— Task directions —
Write out again each line of the material below, unchanged, from the first one to the line that holds "#345=EDGE_CURVE('',#340,#49,#344,.T.);".
[Opening Available records section]
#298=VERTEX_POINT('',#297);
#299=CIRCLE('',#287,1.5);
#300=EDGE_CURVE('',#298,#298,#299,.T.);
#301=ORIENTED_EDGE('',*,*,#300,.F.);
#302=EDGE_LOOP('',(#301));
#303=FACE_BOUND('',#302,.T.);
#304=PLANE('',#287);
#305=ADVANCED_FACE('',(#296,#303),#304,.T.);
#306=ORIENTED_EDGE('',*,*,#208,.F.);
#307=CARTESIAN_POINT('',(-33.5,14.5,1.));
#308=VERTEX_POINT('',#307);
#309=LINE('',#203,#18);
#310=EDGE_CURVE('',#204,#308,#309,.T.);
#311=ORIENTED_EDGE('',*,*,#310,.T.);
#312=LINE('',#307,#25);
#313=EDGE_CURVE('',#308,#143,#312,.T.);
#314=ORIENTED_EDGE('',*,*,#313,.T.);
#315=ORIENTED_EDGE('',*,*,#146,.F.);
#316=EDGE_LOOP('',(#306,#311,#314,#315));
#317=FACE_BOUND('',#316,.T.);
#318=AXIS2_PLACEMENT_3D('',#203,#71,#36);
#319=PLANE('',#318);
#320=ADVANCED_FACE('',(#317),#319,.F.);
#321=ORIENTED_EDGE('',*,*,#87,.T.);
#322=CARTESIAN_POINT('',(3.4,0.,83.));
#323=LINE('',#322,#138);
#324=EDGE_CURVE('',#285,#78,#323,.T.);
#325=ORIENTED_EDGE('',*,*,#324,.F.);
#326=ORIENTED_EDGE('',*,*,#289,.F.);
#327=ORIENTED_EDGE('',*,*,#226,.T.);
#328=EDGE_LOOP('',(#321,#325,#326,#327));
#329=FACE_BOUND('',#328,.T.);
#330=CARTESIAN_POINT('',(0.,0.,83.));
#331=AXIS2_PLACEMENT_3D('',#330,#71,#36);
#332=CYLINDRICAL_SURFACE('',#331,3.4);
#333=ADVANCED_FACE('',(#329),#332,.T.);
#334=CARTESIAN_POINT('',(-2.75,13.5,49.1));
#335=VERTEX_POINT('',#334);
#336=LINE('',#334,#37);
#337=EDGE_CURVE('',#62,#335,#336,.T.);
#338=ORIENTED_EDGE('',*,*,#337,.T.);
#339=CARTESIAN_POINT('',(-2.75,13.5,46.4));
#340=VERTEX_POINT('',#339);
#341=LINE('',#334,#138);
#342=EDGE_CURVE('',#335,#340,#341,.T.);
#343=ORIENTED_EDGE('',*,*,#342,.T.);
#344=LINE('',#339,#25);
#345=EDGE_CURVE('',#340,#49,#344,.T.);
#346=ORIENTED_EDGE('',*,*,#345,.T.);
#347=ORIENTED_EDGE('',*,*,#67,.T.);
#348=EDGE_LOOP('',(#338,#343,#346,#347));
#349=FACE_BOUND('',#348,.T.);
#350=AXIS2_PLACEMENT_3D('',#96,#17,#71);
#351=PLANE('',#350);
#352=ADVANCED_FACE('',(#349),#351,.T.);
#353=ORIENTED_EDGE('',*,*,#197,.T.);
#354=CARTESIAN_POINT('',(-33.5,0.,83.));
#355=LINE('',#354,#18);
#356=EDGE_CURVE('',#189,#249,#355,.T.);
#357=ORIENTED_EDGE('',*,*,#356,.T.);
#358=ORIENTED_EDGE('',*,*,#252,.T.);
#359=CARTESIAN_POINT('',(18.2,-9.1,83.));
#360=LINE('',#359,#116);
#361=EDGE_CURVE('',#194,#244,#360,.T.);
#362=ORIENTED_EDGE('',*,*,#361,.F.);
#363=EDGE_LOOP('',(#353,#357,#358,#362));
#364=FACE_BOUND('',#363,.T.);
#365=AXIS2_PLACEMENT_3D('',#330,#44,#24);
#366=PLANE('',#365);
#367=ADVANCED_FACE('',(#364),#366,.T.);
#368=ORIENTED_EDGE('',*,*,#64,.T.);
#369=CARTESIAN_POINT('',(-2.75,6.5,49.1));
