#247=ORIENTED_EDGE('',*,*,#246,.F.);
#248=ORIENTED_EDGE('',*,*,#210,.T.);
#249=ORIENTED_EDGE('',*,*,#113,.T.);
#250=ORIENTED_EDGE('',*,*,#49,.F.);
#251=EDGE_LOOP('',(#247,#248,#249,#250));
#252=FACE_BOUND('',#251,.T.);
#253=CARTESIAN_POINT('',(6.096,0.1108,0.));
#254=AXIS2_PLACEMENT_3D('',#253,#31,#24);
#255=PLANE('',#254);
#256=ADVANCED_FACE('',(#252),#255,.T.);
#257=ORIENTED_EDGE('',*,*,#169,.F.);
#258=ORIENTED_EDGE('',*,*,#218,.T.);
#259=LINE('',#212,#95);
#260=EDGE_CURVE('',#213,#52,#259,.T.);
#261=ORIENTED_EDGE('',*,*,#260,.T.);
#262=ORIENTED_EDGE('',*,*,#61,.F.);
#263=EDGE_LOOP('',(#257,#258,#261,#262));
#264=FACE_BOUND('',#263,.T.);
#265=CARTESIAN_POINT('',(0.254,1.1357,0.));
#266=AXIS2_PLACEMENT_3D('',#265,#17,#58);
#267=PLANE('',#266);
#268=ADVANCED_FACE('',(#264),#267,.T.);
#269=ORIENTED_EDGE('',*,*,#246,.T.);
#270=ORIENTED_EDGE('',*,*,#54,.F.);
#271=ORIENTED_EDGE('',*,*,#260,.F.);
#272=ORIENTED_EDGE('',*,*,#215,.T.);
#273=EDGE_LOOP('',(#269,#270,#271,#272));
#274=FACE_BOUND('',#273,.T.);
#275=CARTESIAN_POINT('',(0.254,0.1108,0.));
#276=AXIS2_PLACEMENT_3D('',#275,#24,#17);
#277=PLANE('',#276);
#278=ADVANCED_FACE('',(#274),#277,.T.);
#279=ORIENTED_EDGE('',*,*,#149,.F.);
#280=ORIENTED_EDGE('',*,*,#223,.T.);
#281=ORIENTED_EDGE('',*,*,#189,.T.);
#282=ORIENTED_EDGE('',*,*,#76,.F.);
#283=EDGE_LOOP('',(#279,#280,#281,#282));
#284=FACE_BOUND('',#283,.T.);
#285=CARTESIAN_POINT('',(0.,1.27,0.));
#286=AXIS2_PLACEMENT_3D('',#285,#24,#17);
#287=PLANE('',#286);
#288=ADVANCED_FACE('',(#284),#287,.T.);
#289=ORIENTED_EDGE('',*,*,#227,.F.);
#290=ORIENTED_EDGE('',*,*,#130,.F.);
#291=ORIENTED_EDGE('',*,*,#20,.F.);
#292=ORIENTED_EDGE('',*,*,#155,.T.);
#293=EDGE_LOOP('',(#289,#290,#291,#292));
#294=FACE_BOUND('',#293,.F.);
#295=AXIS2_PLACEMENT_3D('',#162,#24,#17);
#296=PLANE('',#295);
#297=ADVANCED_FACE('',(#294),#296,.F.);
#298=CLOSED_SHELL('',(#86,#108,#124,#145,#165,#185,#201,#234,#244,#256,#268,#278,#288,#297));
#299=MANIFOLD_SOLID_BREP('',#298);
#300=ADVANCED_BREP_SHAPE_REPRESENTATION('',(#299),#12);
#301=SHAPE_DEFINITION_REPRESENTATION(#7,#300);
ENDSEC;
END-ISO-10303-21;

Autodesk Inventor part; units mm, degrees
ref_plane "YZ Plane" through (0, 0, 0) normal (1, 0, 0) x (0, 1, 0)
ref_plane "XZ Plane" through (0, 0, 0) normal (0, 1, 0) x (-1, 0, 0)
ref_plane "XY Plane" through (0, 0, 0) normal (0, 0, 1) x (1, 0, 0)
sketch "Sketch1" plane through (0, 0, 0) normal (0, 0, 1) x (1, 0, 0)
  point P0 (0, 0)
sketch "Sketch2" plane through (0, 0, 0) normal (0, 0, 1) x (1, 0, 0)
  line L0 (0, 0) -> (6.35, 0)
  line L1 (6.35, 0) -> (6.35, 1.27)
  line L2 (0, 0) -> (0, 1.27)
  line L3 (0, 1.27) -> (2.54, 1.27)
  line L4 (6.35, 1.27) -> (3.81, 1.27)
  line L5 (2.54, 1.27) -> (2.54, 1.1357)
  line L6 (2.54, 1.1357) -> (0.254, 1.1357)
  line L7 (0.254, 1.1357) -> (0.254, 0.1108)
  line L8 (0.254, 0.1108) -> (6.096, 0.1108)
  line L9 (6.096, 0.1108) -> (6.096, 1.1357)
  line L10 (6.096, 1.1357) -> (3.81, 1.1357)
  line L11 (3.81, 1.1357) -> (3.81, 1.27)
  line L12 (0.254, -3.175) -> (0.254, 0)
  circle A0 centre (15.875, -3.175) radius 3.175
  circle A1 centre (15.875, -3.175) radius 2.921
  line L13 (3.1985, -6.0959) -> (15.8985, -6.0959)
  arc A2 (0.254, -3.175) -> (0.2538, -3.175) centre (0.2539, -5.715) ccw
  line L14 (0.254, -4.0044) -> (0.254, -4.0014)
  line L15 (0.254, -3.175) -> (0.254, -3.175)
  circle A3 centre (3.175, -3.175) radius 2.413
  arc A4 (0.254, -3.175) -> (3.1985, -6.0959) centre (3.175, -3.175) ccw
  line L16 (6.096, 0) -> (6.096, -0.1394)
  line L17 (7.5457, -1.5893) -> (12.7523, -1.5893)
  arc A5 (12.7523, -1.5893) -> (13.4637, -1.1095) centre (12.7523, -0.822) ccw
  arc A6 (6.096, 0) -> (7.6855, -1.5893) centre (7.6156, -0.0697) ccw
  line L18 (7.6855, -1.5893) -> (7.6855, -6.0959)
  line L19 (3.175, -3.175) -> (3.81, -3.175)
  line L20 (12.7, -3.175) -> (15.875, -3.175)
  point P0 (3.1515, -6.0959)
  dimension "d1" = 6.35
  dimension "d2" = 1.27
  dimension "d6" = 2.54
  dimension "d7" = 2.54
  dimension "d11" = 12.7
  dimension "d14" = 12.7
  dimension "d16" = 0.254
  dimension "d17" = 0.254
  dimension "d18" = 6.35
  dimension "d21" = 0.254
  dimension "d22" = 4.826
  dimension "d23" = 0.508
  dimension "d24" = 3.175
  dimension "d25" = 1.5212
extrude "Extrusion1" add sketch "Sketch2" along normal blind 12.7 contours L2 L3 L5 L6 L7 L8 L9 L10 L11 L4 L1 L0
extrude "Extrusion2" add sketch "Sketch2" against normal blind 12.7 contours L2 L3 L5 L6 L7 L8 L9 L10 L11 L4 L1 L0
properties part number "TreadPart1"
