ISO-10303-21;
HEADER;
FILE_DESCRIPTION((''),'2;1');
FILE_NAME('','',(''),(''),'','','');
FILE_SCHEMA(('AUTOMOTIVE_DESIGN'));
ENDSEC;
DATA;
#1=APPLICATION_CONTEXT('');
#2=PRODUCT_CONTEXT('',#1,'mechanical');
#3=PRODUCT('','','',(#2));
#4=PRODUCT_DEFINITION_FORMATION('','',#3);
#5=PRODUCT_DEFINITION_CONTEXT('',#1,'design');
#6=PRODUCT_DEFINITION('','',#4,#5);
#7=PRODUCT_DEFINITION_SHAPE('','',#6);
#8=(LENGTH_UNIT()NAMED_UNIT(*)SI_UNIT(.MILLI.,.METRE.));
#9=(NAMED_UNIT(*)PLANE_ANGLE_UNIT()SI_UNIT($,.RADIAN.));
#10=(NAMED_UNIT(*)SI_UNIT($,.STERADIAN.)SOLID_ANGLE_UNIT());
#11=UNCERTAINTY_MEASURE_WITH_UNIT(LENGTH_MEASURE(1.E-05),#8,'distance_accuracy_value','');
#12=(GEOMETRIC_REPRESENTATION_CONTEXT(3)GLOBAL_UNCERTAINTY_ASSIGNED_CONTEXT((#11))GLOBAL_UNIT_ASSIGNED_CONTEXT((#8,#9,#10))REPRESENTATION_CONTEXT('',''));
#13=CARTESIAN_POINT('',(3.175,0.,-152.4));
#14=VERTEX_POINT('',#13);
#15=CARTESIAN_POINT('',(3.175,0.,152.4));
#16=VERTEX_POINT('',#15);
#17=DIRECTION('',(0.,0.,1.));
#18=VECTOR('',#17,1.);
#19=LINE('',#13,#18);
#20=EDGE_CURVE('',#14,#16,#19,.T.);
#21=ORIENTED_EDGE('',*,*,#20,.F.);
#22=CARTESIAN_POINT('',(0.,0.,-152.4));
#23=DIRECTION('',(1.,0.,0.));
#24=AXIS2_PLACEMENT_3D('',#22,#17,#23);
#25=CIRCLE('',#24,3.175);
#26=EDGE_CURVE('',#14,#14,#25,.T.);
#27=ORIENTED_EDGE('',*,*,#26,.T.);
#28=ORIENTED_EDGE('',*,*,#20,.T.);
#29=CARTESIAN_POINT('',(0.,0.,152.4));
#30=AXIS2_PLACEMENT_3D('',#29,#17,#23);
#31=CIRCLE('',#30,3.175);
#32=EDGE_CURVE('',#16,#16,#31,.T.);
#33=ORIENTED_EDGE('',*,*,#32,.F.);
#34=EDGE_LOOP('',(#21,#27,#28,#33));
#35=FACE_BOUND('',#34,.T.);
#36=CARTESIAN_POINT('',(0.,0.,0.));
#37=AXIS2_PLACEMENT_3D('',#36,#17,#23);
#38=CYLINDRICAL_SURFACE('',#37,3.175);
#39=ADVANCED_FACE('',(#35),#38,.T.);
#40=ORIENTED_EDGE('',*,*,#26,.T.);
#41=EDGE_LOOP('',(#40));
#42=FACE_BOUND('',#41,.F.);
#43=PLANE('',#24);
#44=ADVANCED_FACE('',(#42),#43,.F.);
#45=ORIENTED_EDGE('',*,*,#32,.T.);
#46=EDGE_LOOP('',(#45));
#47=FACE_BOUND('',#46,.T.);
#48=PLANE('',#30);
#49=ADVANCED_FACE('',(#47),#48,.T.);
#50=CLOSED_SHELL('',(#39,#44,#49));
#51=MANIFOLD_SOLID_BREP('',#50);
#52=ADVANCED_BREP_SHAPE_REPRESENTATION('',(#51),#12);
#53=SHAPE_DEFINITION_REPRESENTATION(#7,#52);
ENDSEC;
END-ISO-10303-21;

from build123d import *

# Parameters (mm, degrees)
SKETCH1_R           = 3.175
BOSS_EXTRUDE1_DEPTH = 152.4


with BuildPart() as part:
    # Sketch1 → Boss-Extrude1 (new body, symmetric)
    with BuildSketch(Plane.XY):
        Circle(SKETCH1_R)
    extrude(amount=BOSS_EXTRUDE1_DEPTH, both=True)


solid = part.part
[Closing Available records section]
— Finished task —
#298=VERTEX_POINT('',#297);
#299=CIRCLE('',#287,1.5);
#300=EDGE_CURVE('',#298,#298,#299,.T.);
#301=ORIENTED_EDGE('',*,*,#300,.F.);
#302=EDGE_LOOP('',(#301));
#303=FACE_BOUND('',#302,.T.);
#304=PLANE('',#287);
#305=ADVANCED_FACE('',(#296,#303),#304,.T.);
#306=ORIENTED_EDGE('',*,*,#208,.F.);
#307=CARTESIAN_POINT('',(-33.5,14.5,1.));
#308=VERTEX_POINT('',#307);
#309=LINE('',#203,#18);
#310=EDGE_CURVE('',#204,#308,#309,.T.);
#311=ORIENTED_EDGE('',*,*,#310,.T.);
#312=LINE('',#307,#25);
#313=EDGE_CURVE('',#308,#143,#312,.T.);
#314=ORIENTED_EDGE('',*,*,#313,.T.);
#315=ORIENTED_EDGE('',*,*,#146,.F.);
#316=EDGE_LOOP('',(#306,#311,#314,#315));
#317=FACE_BOUND('',#316,.T.);
#318=AXIS2_PLACEMENT_3D('',#203,#71,#36);
#319=PLANE('',#318);
#320=ADVANCED_FACE('',(#317),#319,.F.);
#321=ORIENTED_EDGE('',*,*,#87,.T.);
#322=CARTESIAN_POINT('',(3.4,0.,83.));
#323=LINE('',#322,#138);
#324=EDGE_CURVE('',#285,#78,#323,.T.);
#325=ORIENTED_EDGE('',*,*,#324,.F.);
#326=ORIENTED_EDGE('',*,*,#289,.F.);
#327=ORIENTED_EDGE('',*,*,#226,.T.);
#328=EDGE_LOOP('',(#321,#325,#326,#327));
#329=FACE_BOUND('',#328,.T.);
#330=CARTESIAN_POINT('',(0.,0.,83.));
#331=AXIS2_PLACEMENT_3D('',#330,#71,#36);
#332=CYLINDRICAL_SURFACE('',#331,3.4);
#333=ADVANCED_FACE('',(#329),#332,.T.);
#334=CARTESIAN_POINT('',(-2.75,13.5,49.1));
#335=VERTEX_POINT('',#334);
#336=LINE('',#334,#37);
#337=EDGE_CURVE('',#62,#335,#336,.T.);
#338=ORIENTED_EDGE('',*,*,#337,.T.);
#339=CARTESIAN_POINT('',(-2.75,13.5,46.4));
#340=VERTEX_POINT('',#339);
#341=LINE('',#334,#138);
#342=EDGE_CURVE('',#335,#340,#341,.T.);
#343=ORIENTED_EDGE('',*,*,#342,.T.);
#344=LINE('',#339,#25);
#345=EDGE_CURVE('',#340,#49,#344,.T.);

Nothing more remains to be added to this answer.